Skinny Kids: How to boost meals for healthy weight gain

Submitted by on April 14, 2012 – 9:01 pm17 Comments
family having breakfast in bed

To help your skinny child gain weight healthfully, “make every bite count,” says ZisBoomBah’s nutritionist.

Parents of skinny kids often get confusing or conflicting information about what their skinny kids should be eating. “Just because they are thin, doesn’t mean they have the right to eat junk,” said one mom who we interviewed as part of our exclusive series on children with low bodyweight. “I think it’s important for them to eat healthy.” In fact, this particular mom had been left a little irked, to say the least, by her pediatrician’s advice to feed her skinny twins Happy Meals to “fatten them up.” Weight gain meals, can, and need to be, healthy. 

It’s disheartening.

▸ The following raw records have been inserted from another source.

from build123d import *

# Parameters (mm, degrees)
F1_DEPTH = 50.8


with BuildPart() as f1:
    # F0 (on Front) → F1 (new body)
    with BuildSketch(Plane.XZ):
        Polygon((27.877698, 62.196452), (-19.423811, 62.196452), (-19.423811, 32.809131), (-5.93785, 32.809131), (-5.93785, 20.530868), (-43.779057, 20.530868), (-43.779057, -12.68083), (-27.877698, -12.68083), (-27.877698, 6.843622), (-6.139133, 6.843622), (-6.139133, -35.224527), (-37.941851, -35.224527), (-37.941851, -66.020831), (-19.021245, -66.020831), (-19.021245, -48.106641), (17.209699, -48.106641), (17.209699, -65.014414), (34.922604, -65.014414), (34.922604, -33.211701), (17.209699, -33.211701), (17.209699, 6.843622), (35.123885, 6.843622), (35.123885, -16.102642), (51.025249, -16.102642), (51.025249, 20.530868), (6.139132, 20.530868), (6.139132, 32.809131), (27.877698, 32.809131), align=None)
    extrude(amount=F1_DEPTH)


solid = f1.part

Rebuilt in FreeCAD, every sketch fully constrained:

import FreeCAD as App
import Part
import Sketcher
from FreeCAD import Vector
Q = App.Units.Quantity

doc = App.newDocument("Part")
body = doc.addObject("PartDesign::Body", "Body")

sketch1 = body.newObject("Sketcher::SketchObject", "Sketch")
sketch1.AttachmentSupport = (doc.getObject("XZ_Plane"), [""])
sketch1.MapMode = "FlatFace"
sketch1.addGeometry([
    Part.LineSegment(Vector(28, 62, 0), Vector(-19, 62, 0)),
    Part.LineSegment(Vector(-19, 62, 0), Vector(-19, 33, 0)),
    Part.LineSegment(Vector(-19, 33, 0), Vector(-6, 33, 0)),
    Part.LineSegment(Vector(-6, 33, 0), Vector(-6, 21, 0)),
    Part.LineSegment(Vector(-6, 21, 0), Vector(-44, 21, 0)),
    Part.LineSegment(Vector(-44, 21, 0), Vector(-44, -13, 0)),
    Part.LineSegment(Vector(-44, -13, 0), Vector(-28, -13, 0)),
    Part.LineSegment(Vector(-28, -13, 0), Vector(-28, 7, 0)),
    Part.LineSegment(Vector(-28, 7, 0), Vector(-6, 7, 0)),
    Part.LineSegment(Vector(-6, 7, 0), Vector(-6, -35, 0)),
    Part.LineSegment(Vector(-6, -35, 0), Vector(-38, -35, 0)),
    Part.LineSegment(Vector(-38, -35, 0), Vector(-38, -66, 0)),
    Part.LineSegment(Vector(-38, -66, 0), Vector(-19, -66, 0)),
    Part.LineSegment(Vector(-19, -66, 0), Vector(-19, -48, 0)),
    Part.LineSegment(Vector(-19, -48, 0), Vector(17, -48, 0)),
    Part.LineSegment(Vector(17, -48, 0), Vector(17, -65, 0)),
    Part.LineSegment(Vector(17, -65, 0), Vector(35, -65, 0)),
    Part.LineSegment(Vector(35, -65, 0), Vector(35, -33, 0)),
    Part.LineSegment(Vector(35, -33, 0), Vector(17, -33, 0)),
    Part.LineSegment(Vector(17, -33, 0), Vector(17, 7, 0)),
    Part.LineSegment(Vector(17, 7, 0), Vector(35, 7, 0)),
    Part.LineSegment(Vector(35, 7, 0), Vector(35, -16, 0)),
    Part.LineSegment(Vector(35, -16, 0), Vector(51, -16, 0)),
    Part.LineSegment(Vector(51, -16, 0), Vector(51, 21, 0)),
    Part.LineSegment(Vector(51, 21, 0), Vector(6, 21, 0)),
    Part.LineSegment(Vector(6, 21, 0), Vector(6, 33, 0)),
    Part.LineSegment(Vector(6, 33, 0), Vector(28, 33, 0)),
    Part.LineSegment(Vector(28, 33, 0), Vector(28, 62, 0)),
], False)
sketch1.addConstraint([
    Sketcher.Constraint("Coincident", 0, 2, 1, 1),
    Sketcher.Constraint("Coincident", 1, 2, 2, 1),
    Sketcher.Constraint("Coincident", 2, 2, 3, 1),
    Sketcher.Constraint("Coincident", 3, 2, 4, 1),
    Sketcher.Constraint("Coincident", 4, 2, 5, 1),
    Sketcher.Constraint("Coincident", 5, 2, 6, 1),
    Sketcher.Constraint("Coincident", 6, 2, 7, 1),
    Sketcher.Constraint("Coincident", 7, 2, 8, 1),
    Sketcher.Constraint("Coincident", 8, 2, 9, 1),
    Sketcher.Constraint("Coincident", 9, 2, 10, 1),
    Sketcher.Constraint("Coincident", 10, 2, 11, 1),
    Sketcher.Constraint("Coincident", 11, 2, 12, 1),
    Sketcher.Constraint("Coincident", 12, 2, 13, 1),
    Sketcher.Constraint("Coincident", 13, 2, 14, 1),
    Sketcher.Constraint("Coincident", 14, 2, 15, 1),
    Sketcher.Constraint("Coincident", 15, 2, 16, 1),
    Sketcher.Constraint("Coincident", 16, 2, 17, 1),
    Sketcher.Constraint("Coincident", 17, 2, 18, 1),
    Sketcher.Constraint("Coincident", 18, 2, 19, 1),
    Sketcher.Constraint("Coincident", 19, 2, 20, 1),
    Sketcher.Constraint("Coincident", 20, 2, 21, 1),
    Sketcher.Constraint("Coincident", 21, 2, 22, 1),
    Sketcher.Constraint("Coincident", 22, 2, 23, 1),
    Sketcher.Constraint("Coincident", 23, 2, 24, 1),
    Sketcher.Constraint("Coincident", 24, 2, 25, 1),
    Sketcher.Constraint("Coincident", 25, 2, 26, 1),
    Sketcher.Constraint("Coincident", 26, 2, 27, 1),
    Sketcher.Constraint("Coincident", 27, 2, 0, 1),
    Sketcher.Constraint("Horizontal", 0),
    Sketcher.Constraint("Vertical", 1),
    Sketcher.Constraint("Horizontal", 2),
    Sketcher.Constraint("Vertical", 3),
    Sketcher.Constraint("Horizontal", 4),
    Sketcher.Constraint("Vertical", 5),
    Sketcher.Constraint("Horizontal", 6),
    Sketcher.Constraint("Vertical", 7),
    Sketcher.Constraint("Horizontal", 8),
    Sketcher.Constraint("Vertical", 9),
    Sketcher.Constraint("Horizontal", 10),
    Sketcher.Constraint("Vertical", 11),
    Sketcher.Constraint("Horizontal", 12),
    Sketcher.Constraint("Vertical", 13),
    Sketcher.Constraint("Horizontal", 14),
    Sketcher.Constraint("Vertical", 15),
    Sketcher.Constraint("Horizontal", 16),
    Sketcher.Constraint("Vertical", 17),
    Sketcher.Constraint("Horizontal", 18),
    Sketcher.Constraint("Vertical", 19),
    Sketcher.Constraint("Horizontal", 20),
    Sketcher.Constraint("Vertical", 21),
    Sketcher.Constraint("Horizontal", 22),
    Sketcher.Constraint("Vertical", 23),
    Sketcher.Constraint("Horizontal", 24),
    Sketcher.Constraint("Vertical", 25),
    Sketcher.Constraint("Horizontal", 26),
    Sketcher.Constraint("Vertical", 27),
    Sketcher.Constraint("Horizontal", 8, 2, 19, 2),
    Sketcher.Constraint("Horizontal", 4, 2, 23, 2),
    Sketcher.Constraint("Horizontal", 2, 2, 25, 2),
    Sketcher.Constraint("Vertical", 15, 2, 18, 2),
    Sketcher.Constraint("Equal", 8, 26),
    Sketcher.Constraint("DistanceY", 11, 2, 5, 2, Q("2.1 in")),
    Sketcher.Constraint("DistanceY", 14, 2, 21, 2, Q("1.26 in")),
    Sketcher.Constraint("DistanceX", 19, 2, 26, 2, Q("0.42 in")),
    Sketcher.Constraint("DistanceX", 0, 2, 0, 1, 47.301509),
    Sketcher.Constraint("DistanceX", 2, 1, 2, 2, 13.485961),
    Sketcher.Constraint("DistanceX", 6, 1, 6, 2, 15.901359),
    Sketcher.Constraint("DistanceY", 1, 2, 1, 1, 29.387321),
    Sketcher.Constraint("DistanceY", 7, 1, 7, 2, 19.524452),
    Sketcher.Constraint("DistanceY", 9, 2, 9, 1, 42.068149),
    Sketcher.Constraint("DistanceY", 13, 1, 13, 2, 17.91419),
    Sketcher.Constraint("DistanceY", 23, 1, 23, 2, 36.63351),
    Sketcher.Constraint("DistanceX", -1, 1, 14, 2, 17.209699),
    Sketcher.Constraint("DistanceY", 17, 2, -1, 1, 33.211701),
    Sketcher.Constraint("DistanceX", 4, 2, 4, 1, 37.841207),
    Sketcher.Constraint("DistanceX", 8, 1, 8, 2, 21.738565),
    Sketcher.Constraint("DistanceX", 10, 2, 10, 1, 31.802718),
    Sketcher.Constraint("DistanceX", 12, 1, 12, 2, 18.920606),
    Sketcher.Constraint("DistanceX", 16, 1, 16, 2, 17.712905),
    Sketcher.Constraint("DistanceX", 20, 1, 20, 2, 17.914186),
    Sketcher.Constraint("DistanceX", 22, 1, 22, 2, 15.901364),
    Sketcher.Constraint("DistanceY", 3, 2, 3, 1, 12.278263),
    Sketcher.Constraint("DistanceY", 15, 2, 15, 1, 16.907773),
    Sketcher.Constraint("DistanceY", 17, 1, 17, 2, 31.802713),
])
pad1 = body.newObject("PartDesign::Pad", "Pad")
pad1.Profile = sketch1
pad1.Length = Q("2 in")

doc.recompute()
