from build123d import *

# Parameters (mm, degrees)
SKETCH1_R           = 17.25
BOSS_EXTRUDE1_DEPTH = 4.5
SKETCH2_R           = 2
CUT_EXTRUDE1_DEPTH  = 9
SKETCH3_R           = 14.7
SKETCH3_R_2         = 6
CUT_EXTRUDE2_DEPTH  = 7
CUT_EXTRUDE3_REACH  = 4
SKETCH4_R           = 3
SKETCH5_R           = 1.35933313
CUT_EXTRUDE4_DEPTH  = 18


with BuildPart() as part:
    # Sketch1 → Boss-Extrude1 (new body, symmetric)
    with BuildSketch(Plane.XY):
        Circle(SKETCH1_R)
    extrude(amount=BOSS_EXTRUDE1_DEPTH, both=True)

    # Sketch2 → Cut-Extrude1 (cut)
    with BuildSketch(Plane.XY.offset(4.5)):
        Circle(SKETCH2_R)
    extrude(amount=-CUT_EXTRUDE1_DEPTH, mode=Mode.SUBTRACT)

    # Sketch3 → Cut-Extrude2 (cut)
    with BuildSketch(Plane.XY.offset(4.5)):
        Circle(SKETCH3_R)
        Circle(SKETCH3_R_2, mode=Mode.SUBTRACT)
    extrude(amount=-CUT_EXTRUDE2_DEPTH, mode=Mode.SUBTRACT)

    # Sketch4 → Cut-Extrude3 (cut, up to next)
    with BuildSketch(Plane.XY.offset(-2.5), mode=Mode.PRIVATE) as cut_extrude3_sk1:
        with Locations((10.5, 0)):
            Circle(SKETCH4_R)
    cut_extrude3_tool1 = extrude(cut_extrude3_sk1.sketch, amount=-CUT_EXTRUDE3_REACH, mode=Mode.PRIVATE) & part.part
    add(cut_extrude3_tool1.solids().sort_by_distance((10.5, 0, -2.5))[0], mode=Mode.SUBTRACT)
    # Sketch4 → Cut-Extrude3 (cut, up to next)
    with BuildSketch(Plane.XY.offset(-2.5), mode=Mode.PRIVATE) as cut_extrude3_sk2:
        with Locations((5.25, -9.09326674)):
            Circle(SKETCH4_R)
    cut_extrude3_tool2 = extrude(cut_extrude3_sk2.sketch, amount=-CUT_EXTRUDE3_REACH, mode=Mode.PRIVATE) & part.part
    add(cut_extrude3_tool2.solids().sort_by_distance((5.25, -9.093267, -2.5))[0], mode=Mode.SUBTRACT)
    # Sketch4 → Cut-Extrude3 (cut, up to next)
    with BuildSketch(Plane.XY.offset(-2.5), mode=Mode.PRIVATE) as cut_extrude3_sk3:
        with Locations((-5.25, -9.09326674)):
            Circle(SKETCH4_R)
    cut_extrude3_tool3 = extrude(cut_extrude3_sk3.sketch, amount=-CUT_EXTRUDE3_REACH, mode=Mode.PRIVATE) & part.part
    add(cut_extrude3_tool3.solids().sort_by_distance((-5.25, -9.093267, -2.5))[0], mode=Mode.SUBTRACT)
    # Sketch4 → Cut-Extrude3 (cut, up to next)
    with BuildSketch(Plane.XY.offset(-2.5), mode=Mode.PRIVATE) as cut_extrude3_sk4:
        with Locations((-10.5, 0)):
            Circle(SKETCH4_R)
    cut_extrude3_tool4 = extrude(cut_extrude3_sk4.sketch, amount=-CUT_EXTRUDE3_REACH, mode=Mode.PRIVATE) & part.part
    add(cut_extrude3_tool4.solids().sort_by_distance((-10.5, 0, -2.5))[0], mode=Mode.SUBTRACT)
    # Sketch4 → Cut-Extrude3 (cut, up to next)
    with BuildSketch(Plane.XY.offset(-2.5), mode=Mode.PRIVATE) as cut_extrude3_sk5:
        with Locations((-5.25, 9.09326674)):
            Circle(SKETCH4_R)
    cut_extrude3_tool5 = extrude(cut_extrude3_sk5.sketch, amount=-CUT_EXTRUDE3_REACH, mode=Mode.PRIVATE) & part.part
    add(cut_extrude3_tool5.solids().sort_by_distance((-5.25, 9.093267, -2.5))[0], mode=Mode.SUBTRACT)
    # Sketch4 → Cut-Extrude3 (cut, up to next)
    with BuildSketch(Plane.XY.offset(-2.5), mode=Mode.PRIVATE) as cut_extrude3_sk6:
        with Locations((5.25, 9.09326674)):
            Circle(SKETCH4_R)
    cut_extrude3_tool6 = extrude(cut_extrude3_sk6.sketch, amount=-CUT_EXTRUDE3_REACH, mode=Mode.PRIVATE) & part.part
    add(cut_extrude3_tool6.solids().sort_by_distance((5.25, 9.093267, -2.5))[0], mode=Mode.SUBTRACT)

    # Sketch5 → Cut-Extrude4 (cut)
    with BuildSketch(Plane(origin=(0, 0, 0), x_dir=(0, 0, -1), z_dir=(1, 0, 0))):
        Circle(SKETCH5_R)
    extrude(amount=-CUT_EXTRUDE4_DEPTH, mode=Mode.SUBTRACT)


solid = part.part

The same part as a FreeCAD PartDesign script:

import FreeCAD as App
import Part
import Sketcher
from FreeCAD import Vector

doc = App.newDocument("Part")
params = doc.addObject("Spreadsheet::Sheet", "Params")
for row, (alias, value) in enumerate([
    ("sketch1_diameter", "34.5 mm"),
    ("pad1_length", "9 mm"),
    ("sketch2_diameter", "4 mm"),
    ("pocket1_length", "9 mm"),
    ("sketch3_diameter", "12 mm"),
    ("sketch3_diameter2", "29.4 mm"),
    ("pocket2_length", "7 mm"),
    ("sketch4_diameter", "6 mm"),
    ("sketch5_diameter", "6 mm"),
    ("sketch6_diameter", "6 mm"),
    ("sketch7_diameter", "6 mm"),
    ("sketch8_diameter", "6 mm"),
    ("sketch9_diameter", "6 mm"),
    ("pocket9_length", "18 mm"),
], start=1):
    params.set(f"A{row}", alias)
    params.set(f"B{row}", "=" + value)
    params.setAlias(f"B{row}", alias)

body = doc.addObject("PartDesign::Body", "Body")

# Sketch on XY plane
sketch1 = body.newObject("Sketcher::SketchObject", "Sketch")
sketch1.AttachmentSupport = (doc.getObject("XY_Plane"), [""])
sketch1.MapMode = "FlatFace"
sketch1.addGeometry(Part.Circle(Vector(0, 0, 0), Vector(0, 0, 1), 17), False)
sketch1.addConstraint([
    Sketcher.Constraint("Coincident", 0, 3, -1, 1),
    Sketcher.Constraint("Diameter", 0, 34.5),
])
sketch1.setExpression("Constraints[1]", "Params.sketch1_diameter")
pad1 = body.newObject("PartDesign::Pad", "Pad")
pad1.Profile = sketch1
pad1.setExpression("Length", "Params.pad1_length")
pad1.Midplane = True

# Sketch on XY plane
sketch2 = body.newObject("Sketcher::SketchObject", "Sketch001")
sketch2.AttachmentSupport = (doc.getObject("XY_Plane"), [""])
sketch2.MapMode = "FlatFace"
sketch2.AttachmentOffset = App.Placement(Vector(0, 0, 4.5), App.Rotation())
sketch2.addGeometry(Part.Circle(Vector(0, 0, 0), Vector(0, 0, 1), 2), False)
sketch2.addConstraint([
    Sketcher.Constraint("Coincident", 0, 3, -1, 1),
    Sketcher.Constraint("Diameter", 0, 4.0),
])
sketch2.setExpression("Constraints[1]", "Params.sketch2_diameter")
pocket1 = body.newObject("PartDesign::Pocket", "Pocket")
pocket1.Profile = sketch2
pocket1.setExpression("Length", "Params.pocket1_length")

# Sketch on XY plane
sketch3 = body.newObject("Sketcher::SketchObject", "Sketch002")
sketch3.AttachmentSupport = (doc.getObject("XY_Plane"), [""])
sketch3.MapMode = "FlatFace"
sketch3.AttachmentOffset = App.Placement(Vector(0, 0, 4.5), App.Rotation())
sketch3.addGeometry([
    Part.Circle(Vector(0, 0, 0), Vector(0, 0, 1), 15),
    Part.Circle(Vector(0, 0, 0), Vector(0, 0, 1), 6),
], False)
sketch3.addConstraint([
    Sketcher.Constraint("Coincident", 0, 3, -1, 1),
    Sketcher.Constraint("Coincident", 1, 3, -1, 1),
    Sketcher.Constraint("Diameter", 1, 12.0),
    Sketcher.Constraint("Diameter", 0, 29.4),
])
sketch3.setExpression("Constraints[2]", "Params.sketch3_diameter")
sketch3.setExpression("Constraints[3]", "Params.sketch3_diameter2")
pocket2 = body.newObject("PartDesign::Pocket", "Pocket001")
pocket2.Profile = sketch3
pocket2.setExpression("Length", "Params.pocket2_length")

# Sketch on XY plane
sketch4 = body.newObject("Sketcher::SketchObject", "Sketch003")
sketch4.AttachmentSupport = (doc.getObject("XY_Plane"), [""])
sketch4.MapMode = "FlatFace"
sketch4.AttachmentOffset = App.Placement(Vector(0, 0, -2.5), App.Rotation())
sketch4.addGeometry(Part.Circle(Vector(10.5, 0, 0), Vector(0, 0, 1), 3), False)
sketch4.addConstraint([
    Sketcher.Constraint("PointOnObject", 0, 3, -1),
    Sketcher.Constraint("Diameter", 0, 6.0),
    Sketcher.Constraint("DistanceX", -1, 1, 0, 3, 10.5),
])
sketch4.setExpression("Constraints[1]", "Params.sketch4_diameter")
pocket3 = body.newObject("PartDesign::Pocket", "Pocket002")
pocket3.Profile = sketch4
pocket3.Type = "UpToFirst"

# Sketch on XY plane
sketch5 = body.newObject("Sketcher::SketchObject", "Sketch004")
sketch5.AttachmentSupport = (doc.getObject("XY_Plane"), [""])
sketch5.MapMode = "FlatFace"
sketch5.AttachmentOffset = App.Placement(Vector(0, 0, -2.5), App.Rotation())
sketch5.addGeometry(Part.Circle(Vector(5.2, -9.1, 0), Vector(0, 0, 1), 3), False)
sketch5.addConstraint([
    Sketcher.Constraint("Diameter", 0, 6.0),
    Sketcher.Constraint("DistanceX", -1, 1, 0, 3, 5.25),
    Sketcher.Constraint("DistanceY", 0, 3, -1, 1, 9.093267),
])
sketch5.setExpression("Constraints[0]", "Params.sketch5_diameter")
pocket4 = body.newObject("PartDesign::Pocket", "Pocket003")
pocket4.Profile = sketch5
pocket4.Type = "UpToFirst"

# Sketch on XY plane
sketch6 = body.newObject("Sketcher::SketchObject", "Sketch005")
sketch6.AttachmentSupport = (doc.getObject("XY_Plane"), [""])
sketch6.MapMode = "FlatFace"
sketch6.AttachmentOffset = App.Placement(Vector(0, 0, -2.5), App.Rotation())
sketch6.addGeometry(Part.Circle(Vector(-5.2, -9.1, 0), Vector(0, 0, 1), 3), False)
sketch6.addConstraint([
    Sketcher.Constraint("Diameter", 0, 6.0),
    Sketcher.Constraint("DistanceX", 0, 3, -1, 1, 5.25),
    Sketcher.Constraint("DistanceY", 0, 3, -1, 1, 9.093267),
])
sketch6.setExpression("Constraints[0]", "Params.sketch6_diameter")
pocket5 = body.newObject("PartDesign::Pocket", "Pocket004")
pocket5.Profile = sketch6
pocket5.Type = "UpToFirst"

# Sketch on XY plane
sketch7 = body.newObject("Sketcher::SketchObject", "Sketch006")
sketch7.AttachmentSupport = (doc.getObject("XY_Plane"), [""])
sketch7.MapMode = "FlatFace"
sketch7.AttachmentOffset = App.Placement(Vector(0, 0, -2.5), App.Rotation())
sketch7.addGeometry(Part.Circle(Vector(-10.5, 0, 0), Vector(0, 0, 1), 3), False)
sketch7.addConstraint([
    Sketcher.Constraint("PointOnObject", 0, 3, -1),
    Sketcher.Constraint("Diameter", 0, 6.0),
    Sketcher.Constraint("DistanceX", 0, 3, -1, 1, 10.5),
])
sketch7.setExpression("Constraints[1]", "Params.sketch7_diameter")
pocket6 = body.newObject("PartDesign::Pocket", "Pocket005")
pocket6.Profile = sketch7
pocket6.Type = "UpToFirst"

# Sketch on XY plane
sketch8 = body.newObject("Sketcher::SketchObject", "Sketch007")
sketch8.AttachmentSupport = (doc.getObject("XY_Plane"), [""])
sketch8.MapMode = "FlatFace"
sketch8.AttachmentOffset = App.Placement(Vector(0, 0, -2.5), App.Rotation())
sketch8.addGeometry(Part.Circle(Vector(-5.2, 9.1, 0), Vector(0, 0, 1), 3), False)
sketch8.addConstraint([
    Sketcher.Constraint("Diameter", 0, 6.0),
    Sketcher.Constraint("DistanceX", 0, 3, -1, 1, 5.25),
    Sketcher.Constraint("DistanceY", -1, 1, 0, 3, 9.093267),
])
sketch8.setExpression("Constraints[0]", "Params.sketch8_diameter")
pocket7 = body.newObject("PartDesign::Pocket", "Pocket006")
pocket7.Profile = sketch8
pocket7.Type = "UpToFirst"

# Sketch on XY plane
sketch9 = body.newObject("Sketcher::SketchObject", "Sketch008")
sketch9.AttachmentSupport = (doc.getObject("XY_Plane"), [""])
sketch9.MapMode = "FlatFace"
sketch9.AttachmentOffset = App.Placement(Vector(0, 0, -2.5), App.Rotation())
sketch9.addGeometry(Part.Circle(Vector(5.2, 9.1, 0), Vector(0, 0, 1), 3), False)
sketch9.addConstraint([
    Sketcher.Constraint("Diameter", 0, 6.0),
    Sketcher.Constraint("DistanceX", -1, 1, 0, 3, 5.25),
    Sketcher.Constraint("DistanceY", -1, 1, 0, 3, 9.093267),
])
sketch9.setExpression("Constraints[0]", "Params.sketch9_diameter")
pocket8 = body.newObject("PartDesign::Pocket", "Pocket007")
pocket8.Profile = sketch9
pocket8.Type = "UpToFirst"

# Sketch on YZ plane
sketch10 = body.newObject("Sketcher::SketchObject", "Sketch009")
sketch10.AttachmentSupport = (doc.getObject("YZ_Plane"), [""])
sketch10.MapMode = "FlatFace"
sketch10.addGeometry(Part.Circle(Vector(0, 0, 0), Vector(0, 0, 1), 1.4), False)
sketch10.addConstraint([
    Sketcher.Constraint("Coincident", 0, 3, -1, 1),
    Sketcher.Constraint("Diameter", 0, 2.718666),
])
pocket9 = body.newObject("PartDesign::Pocket", "Pocket008")
pocket9.Profile = sketch10
pocket9.setExpression("Length", "Params.pocket9_length")

doc.recompute()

The frustration at the face of this kind of unhelpful advice is more than understandable. But what’s a parent to do? How can you help skinny kids gain weight — or at least not drop any more — in a healthful way? Once again, we sat down with ZisBoomBah’s nutrition expert Lisa Lanzano, MS, RD to get professional insight into planning weight gain meals and choosing healthy foods for weight gain.

Lisa says the reason why it is challenging to get your thin child to eat extra calories is that her stomach is not any larger than that of the next kid. She won’t be willing to eat more. Therefore, instead of adding more mass to your child’s diet, it is essential to focus on giving her denser, high-quality nutrition. “Make every bite count,” Lisa said. Start by trying some of the weight gain meals and healthy foods for weight gain below to see what your skinny kid might love the most. 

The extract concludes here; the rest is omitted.